Peter Turney surveys the various heuristics tried to mitigate the effects of context on machine learning techniques in (Turney 1996). He keeps an extensive bibliography on context-sensitive learning at URL:

http://extractor.iit.nrc.ca/bibliographies/context‑sensitive.html

 

6.       Conclusion

If one abandons the myopic view of focusing on single model solutions and models, and looks at their group dynamics instead, then further learning heuristics become available.  These allow one to distinguish when it is the identification of the content or the context that is at error.  Indeed it is only by considering groups of models that contexts themselves make any sense.

7.       References

Aha, D. W. (1989). Incremental, instance-based learning of independent and graded concept descriptions. In Proc. of the 6th Int. Workshop on Machine Learning, 387-391. CA: Morgan Kaufmann.

Baum, E. and Durdanovic, I. (2000a). An Evolutionary Post-Production System. http://www.neci.nj.nec.com/homepages/eric/ptech.ps

Baum, E. and Durdanovic, I. (2000b). Evolution of Co-operative Problem Solving. http://www.neci.nj.nec.com/homepages/eric/hayek32000.ps

Edmonds, B. (1990). The Pragmatic Roots of Context. CONTEXT'99, Trento, Italy, September 1999. Lecture Notes in Artificial Intelligence, 1688:119-132. http://www.cpm.mmu.ac.uk/cpmrep52.html

Elman, J. L. (1993). Learning and Development in Neural Networks - The Importance of Starting Small. Cognition, 48:71-99.

Gigerenzer, G and Goldstein, D. G. (1996). Reasoning the fast and frugal way: Models of bounded rationality. Psychological Review, 104:650-669.

Harries, M. B., Sammut, C. and Horn, K. (1998). Extracting Hidden Contexts. Machine Learning, 32:101-126.

Holland, J. H. (1992). Adaptation in Natural and Artificial Systems, 2nd Ed., MIT Press, Cambridge, MA.

Koza, J. R. 1992. Genetic Programming: On the Programming of Computers by Means of Natural Selection. Cambridge, MA: MIT Press.

Moss, S. and Edmonds, B. (1998).
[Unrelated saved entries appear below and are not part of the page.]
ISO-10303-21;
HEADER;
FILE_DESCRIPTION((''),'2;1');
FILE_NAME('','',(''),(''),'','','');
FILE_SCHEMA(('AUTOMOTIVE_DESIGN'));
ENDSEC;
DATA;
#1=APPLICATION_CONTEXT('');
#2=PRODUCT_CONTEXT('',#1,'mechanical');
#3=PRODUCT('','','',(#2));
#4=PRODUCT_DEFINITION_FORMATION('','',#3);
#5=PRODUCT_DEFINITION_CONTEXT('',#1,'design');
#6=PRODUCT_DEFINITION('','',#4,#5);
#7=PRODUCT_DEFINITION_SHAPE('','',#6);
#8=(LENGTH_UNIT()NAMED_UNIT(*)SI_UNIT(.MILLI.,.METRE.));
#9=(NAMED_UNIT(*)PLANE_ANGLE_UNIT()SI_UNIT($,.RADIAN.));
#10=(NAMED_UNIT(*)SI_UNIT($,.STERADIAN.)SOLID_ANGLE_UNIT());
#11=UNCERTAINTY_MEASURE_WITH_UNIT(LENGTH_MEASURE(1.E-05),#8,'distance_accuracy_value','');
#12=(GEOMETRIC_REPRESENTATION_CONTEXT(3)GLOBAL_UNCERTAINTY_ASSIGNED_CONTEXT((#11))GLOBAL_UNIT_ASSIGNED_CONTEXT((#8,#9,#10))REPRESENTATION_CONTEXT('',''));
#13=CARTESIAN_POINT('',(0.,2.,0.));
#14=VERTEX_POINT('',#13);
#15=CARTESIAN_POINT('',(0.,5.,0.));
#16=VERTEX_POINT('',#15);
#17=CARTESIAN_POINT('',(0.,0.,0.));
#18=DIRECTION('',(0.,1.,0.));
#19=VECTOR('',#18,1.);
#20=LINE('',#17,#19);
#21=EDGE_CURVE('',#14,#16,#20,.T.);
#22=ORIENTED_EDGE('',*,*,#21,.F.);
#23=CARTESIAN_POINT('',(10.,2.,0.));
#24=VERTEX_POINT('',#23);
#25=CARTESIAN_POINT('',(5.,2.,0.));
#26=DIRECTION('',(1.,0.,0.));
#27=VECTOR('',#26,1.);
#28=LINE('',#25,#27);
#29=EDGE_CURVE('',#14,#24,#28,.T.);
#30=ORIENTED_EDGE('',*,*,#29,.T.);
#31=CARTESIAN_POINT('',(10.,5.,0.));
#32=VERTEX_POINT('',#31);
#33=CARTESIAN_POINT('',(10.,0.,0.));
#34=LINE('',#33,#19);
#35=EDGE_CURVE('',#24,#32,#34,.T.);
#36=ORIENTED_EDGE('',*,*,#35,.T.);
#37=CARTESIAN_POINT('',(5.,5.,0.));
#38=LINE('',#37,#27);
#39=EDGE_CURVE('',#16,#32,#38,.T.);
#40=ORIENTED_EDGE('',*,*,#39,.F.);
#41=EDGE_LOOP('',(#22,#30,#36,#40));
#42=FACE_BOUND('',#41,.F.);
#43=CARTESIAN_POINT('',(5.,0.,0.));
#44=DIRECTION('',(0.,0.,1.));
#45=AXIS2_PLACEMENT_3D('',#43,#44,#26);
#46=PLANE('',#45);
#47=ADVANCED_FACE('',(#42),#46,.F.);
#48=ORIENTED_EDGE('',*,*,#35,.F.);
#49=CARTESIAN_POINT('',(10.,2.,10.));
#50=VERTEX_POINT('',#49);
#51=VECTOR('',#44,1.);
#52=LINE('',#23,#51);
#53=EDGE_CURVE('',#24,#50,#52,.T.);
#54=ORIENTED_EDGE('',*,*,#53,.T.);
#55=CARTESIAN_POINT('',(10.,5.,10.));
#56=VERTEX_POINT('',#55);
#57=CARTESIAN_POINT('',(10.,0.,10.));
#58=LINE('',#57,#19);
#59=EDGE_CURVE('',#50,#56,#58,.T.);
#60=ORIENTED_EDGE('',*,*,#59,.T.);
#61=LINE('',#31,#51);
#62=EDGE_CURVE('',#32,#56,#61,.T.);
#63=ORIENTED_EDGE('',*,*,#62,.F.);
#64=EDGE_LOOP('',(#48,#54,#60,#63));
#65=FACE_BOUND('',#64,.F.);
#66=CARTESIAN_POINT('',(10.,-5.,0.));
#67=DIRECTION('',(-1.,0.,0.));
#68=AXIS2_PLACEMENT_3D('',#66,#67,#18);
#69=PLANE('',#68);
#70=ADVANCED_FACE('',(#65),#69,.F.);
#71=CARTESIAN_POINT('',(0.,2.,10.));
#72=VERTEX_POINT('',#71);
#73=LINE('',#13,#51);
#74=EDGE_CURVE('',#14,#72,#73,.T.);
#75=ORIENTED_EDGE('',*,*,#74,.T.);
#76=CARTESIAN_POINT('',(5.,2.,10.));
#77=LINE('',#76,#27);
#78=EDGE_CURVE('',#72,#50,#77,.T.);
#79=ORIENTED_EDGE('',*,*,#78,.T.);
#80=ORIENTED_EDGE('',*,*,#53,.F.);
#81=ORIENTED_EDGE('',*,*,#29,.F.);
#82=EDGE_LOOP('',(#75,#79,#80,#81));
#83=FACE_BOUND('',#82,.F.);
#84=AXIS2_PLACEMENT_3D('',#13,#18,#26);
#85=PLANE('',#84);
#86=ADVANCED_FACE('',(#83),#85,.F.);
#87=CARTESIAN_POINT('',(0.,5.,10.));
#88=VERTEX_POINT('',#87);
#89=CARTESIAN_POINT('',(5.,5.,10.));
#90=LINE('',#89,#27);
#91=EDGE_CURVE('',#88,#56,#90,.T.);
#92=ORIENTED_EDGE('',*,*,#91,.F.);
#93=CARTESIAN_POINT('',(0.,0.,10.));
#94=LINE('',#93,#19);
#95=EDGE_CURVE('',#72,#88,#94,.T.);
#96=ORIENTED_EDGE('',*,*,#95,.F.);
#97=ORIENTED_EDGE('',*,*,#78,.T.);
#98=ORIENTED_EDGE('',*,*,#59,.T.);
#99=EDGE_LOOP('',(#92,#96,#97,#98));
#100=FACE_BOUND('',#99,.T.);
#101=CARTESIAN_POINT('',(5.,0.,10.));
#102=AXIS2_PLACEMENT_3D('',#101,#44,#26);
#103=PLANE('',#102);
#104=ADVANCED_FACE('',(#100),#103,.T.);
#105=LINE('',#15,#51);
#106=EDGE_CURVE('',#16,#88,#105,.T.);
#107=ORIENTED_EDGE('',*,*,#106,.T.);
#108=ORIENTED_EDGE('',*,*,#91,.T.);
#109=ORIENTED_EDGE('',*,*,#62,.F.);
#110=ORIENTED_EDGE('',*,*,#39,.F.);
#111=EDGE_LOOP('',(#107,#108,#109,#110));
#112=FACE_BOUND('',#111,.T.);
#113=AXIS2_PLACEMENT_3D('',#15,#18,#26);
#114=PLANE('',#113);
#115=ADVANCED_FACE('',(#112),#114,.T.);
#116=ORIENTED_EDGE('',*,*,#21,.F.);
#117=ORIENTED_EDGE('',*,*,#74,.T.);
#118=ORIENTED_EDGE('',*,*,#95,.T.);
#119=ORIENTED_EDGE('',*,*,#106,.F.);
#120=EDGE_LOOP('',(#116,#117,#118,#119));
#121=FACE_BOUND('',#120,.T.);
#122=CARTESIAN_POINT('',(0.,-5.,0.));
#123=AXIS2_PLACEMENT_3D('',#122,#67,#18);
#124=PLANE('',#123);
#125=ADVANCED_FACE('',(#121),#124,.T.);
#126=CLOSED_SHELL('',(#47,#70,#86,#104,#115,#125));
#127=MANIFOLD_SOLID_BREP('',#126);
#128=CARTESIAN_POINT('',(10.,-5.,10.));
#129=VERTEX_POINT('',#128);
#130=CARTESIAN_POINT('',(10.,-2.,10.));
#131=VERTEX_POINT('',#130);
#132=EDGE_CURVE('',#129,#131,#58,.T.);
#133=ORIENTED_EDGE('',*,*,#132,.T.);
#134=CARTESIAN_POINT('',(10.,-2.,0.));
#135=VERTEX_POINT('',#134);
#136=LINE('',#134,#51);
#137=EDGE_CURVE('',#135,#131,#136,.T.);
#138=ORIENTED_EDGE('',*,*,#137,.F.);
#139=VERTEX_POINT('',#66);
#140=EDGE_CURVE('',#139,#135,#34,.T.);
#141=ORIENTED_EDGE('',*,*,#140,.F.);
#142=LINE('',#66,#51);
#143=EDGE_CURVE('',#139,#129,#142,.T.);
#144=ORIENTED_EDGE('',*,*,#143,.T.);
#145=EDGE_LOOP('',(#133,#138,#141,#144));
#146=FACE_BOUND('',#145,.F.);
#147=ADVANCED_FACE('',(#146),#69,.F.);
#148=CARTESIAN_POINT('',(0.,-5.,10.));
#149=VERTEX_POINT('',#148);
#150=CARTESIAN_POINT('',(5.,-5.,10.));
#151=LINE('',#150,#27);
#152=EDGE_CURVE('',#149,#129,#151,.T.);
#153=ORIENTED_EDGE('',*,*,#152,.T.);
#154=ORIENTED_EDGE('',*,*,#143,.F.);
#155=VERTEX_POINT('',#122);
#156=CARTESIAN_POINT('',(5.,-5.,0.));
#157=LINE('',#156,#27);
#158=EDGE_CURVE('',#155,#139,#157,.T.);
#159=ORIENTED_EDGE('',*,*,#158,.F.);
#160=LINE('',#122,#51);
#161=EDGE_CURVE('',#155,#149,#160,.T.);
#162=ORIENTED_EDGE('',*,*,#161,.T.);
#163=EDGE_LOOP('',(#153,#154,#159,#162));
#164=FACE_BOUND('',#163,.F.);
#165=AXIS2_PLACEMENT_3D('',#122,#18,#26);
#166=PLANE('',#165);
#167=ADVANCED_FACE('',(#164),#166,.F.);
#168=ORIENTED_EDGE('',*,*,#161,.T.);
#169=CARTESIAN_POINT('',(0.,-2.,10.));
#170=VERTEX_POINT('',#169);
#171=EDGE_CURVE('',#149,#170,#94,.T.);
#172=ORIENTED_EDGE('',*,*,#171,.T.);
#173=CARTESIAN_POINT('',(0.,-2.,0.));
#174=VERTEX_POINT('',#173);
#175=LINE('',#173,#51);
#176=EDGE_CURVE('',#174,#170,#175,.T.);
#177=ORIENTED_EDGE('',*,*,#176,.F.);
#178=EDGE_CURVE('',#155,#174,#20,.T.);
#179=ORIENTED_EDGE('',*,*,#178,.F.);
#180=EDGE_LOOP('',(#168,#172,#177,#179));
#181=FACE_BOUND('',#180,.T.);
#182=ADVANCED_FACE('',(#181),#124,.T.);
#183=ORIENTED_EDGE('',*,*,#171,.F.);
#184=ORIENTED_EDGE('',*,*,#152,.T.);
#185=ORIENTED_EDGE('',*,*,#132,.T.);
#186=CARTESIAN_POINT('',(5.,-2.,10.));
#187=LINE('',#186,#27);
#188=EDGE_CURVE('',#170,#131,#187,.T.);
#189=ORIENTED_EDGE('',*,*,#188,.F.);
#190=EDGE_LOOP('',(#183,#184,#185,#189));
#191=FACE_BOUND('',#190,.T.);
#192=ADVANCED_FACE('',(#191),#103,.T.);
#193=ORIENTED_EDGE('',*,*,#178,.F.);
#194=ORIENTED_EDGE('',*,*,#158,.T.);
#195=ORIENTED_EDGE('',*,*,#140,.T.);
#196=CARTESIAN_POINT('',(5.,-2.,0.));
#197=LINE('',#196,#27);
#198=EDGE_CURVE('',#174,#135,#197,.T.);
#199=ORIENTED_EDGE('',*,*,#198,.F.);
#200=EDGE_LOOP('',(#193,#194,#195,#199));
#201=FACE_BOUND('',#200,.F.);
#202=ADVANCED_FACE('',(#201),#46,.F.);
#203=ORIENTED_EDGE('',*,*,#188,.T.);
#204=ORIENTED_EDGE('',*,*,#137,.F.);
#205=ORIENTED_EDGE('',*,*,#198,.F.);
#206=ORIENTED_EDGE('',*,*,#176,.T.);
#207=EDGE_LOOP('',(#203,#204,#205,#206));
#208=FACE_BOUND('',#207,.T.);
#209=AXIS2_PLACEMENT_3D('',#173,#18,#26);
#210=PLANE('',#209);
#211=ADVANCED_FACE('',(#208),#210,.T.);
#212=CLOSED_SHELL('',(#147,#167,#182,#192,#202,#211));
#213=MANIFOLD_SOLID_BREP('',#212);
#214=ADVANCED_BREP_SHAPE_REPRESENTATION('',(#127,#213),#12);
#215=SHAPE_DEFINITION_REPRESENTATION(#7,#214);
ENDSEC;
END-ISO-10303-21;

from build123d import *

# Parameters (mm, degrees)
BOX012_W     = 10
BOX012_H     = 4
BOX012_DEPTH = 10
BOX013_W     = 10
BOX013_H     = 10
BOX013_DEPTH = 10


with BuildPart() as cube012:
    # Box012 → Box012 (new body)
    with BuildSketch(Plane(origin=(0, -2, 0), x_dir=(1, 0, 0), z_dir=(0, 0, 1))):
        with Locations((5, 2)):
            Rectangle(BOX012_W, BOX012_H)
    extrude(amount=BOX012_DEPTH)


with BuildPart() as f_2_temp:
    # Box013 → Box013 (new body)
    with BuildSketch(Plane(origin=(0, -5, 0), x_dir=(1, 0, 0), z_dir=(0, 0, 1))):
        with Locations((5, 5)):
            Rectangle(BOX013_W, BOX013_H)
    extrude(amount=BOX013_DEPTH)

    # Cut036: cut Cube012
    add(cube012.part, mode=Mode.SUBTRACT)


solid = f_2_temp.part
Modelling Economic Learning as Modelling. Cybernetics and Systems, 29:215-248. http://www.cpm.mmu.ac.uk/cpmrep03.html

Turney, P. D. (1993). Exploiting context when learning to classify. In Proceedings of the European Conference on Machine Learning, ECML-93. 402-407. Vienna: Springer-Verlag.

Turney, P. D. (1996). The management of context-sensitive features: A review of strategies. Proceedings of the ICML-96 Workshop on Learning in Context-Sensitive Domains, Bari, Italy, July 3, 60-66.

Turney, P. D. and Halasz, M. (1993). Contextual normalisation applied to aircraft gas turbine engine diagnosis. Journal of Applied Intelligence, 3:109-129.

Widmer, G. (1997). Tracking Context Changes through Meta-Learning. Machine Learning, 27:259-286.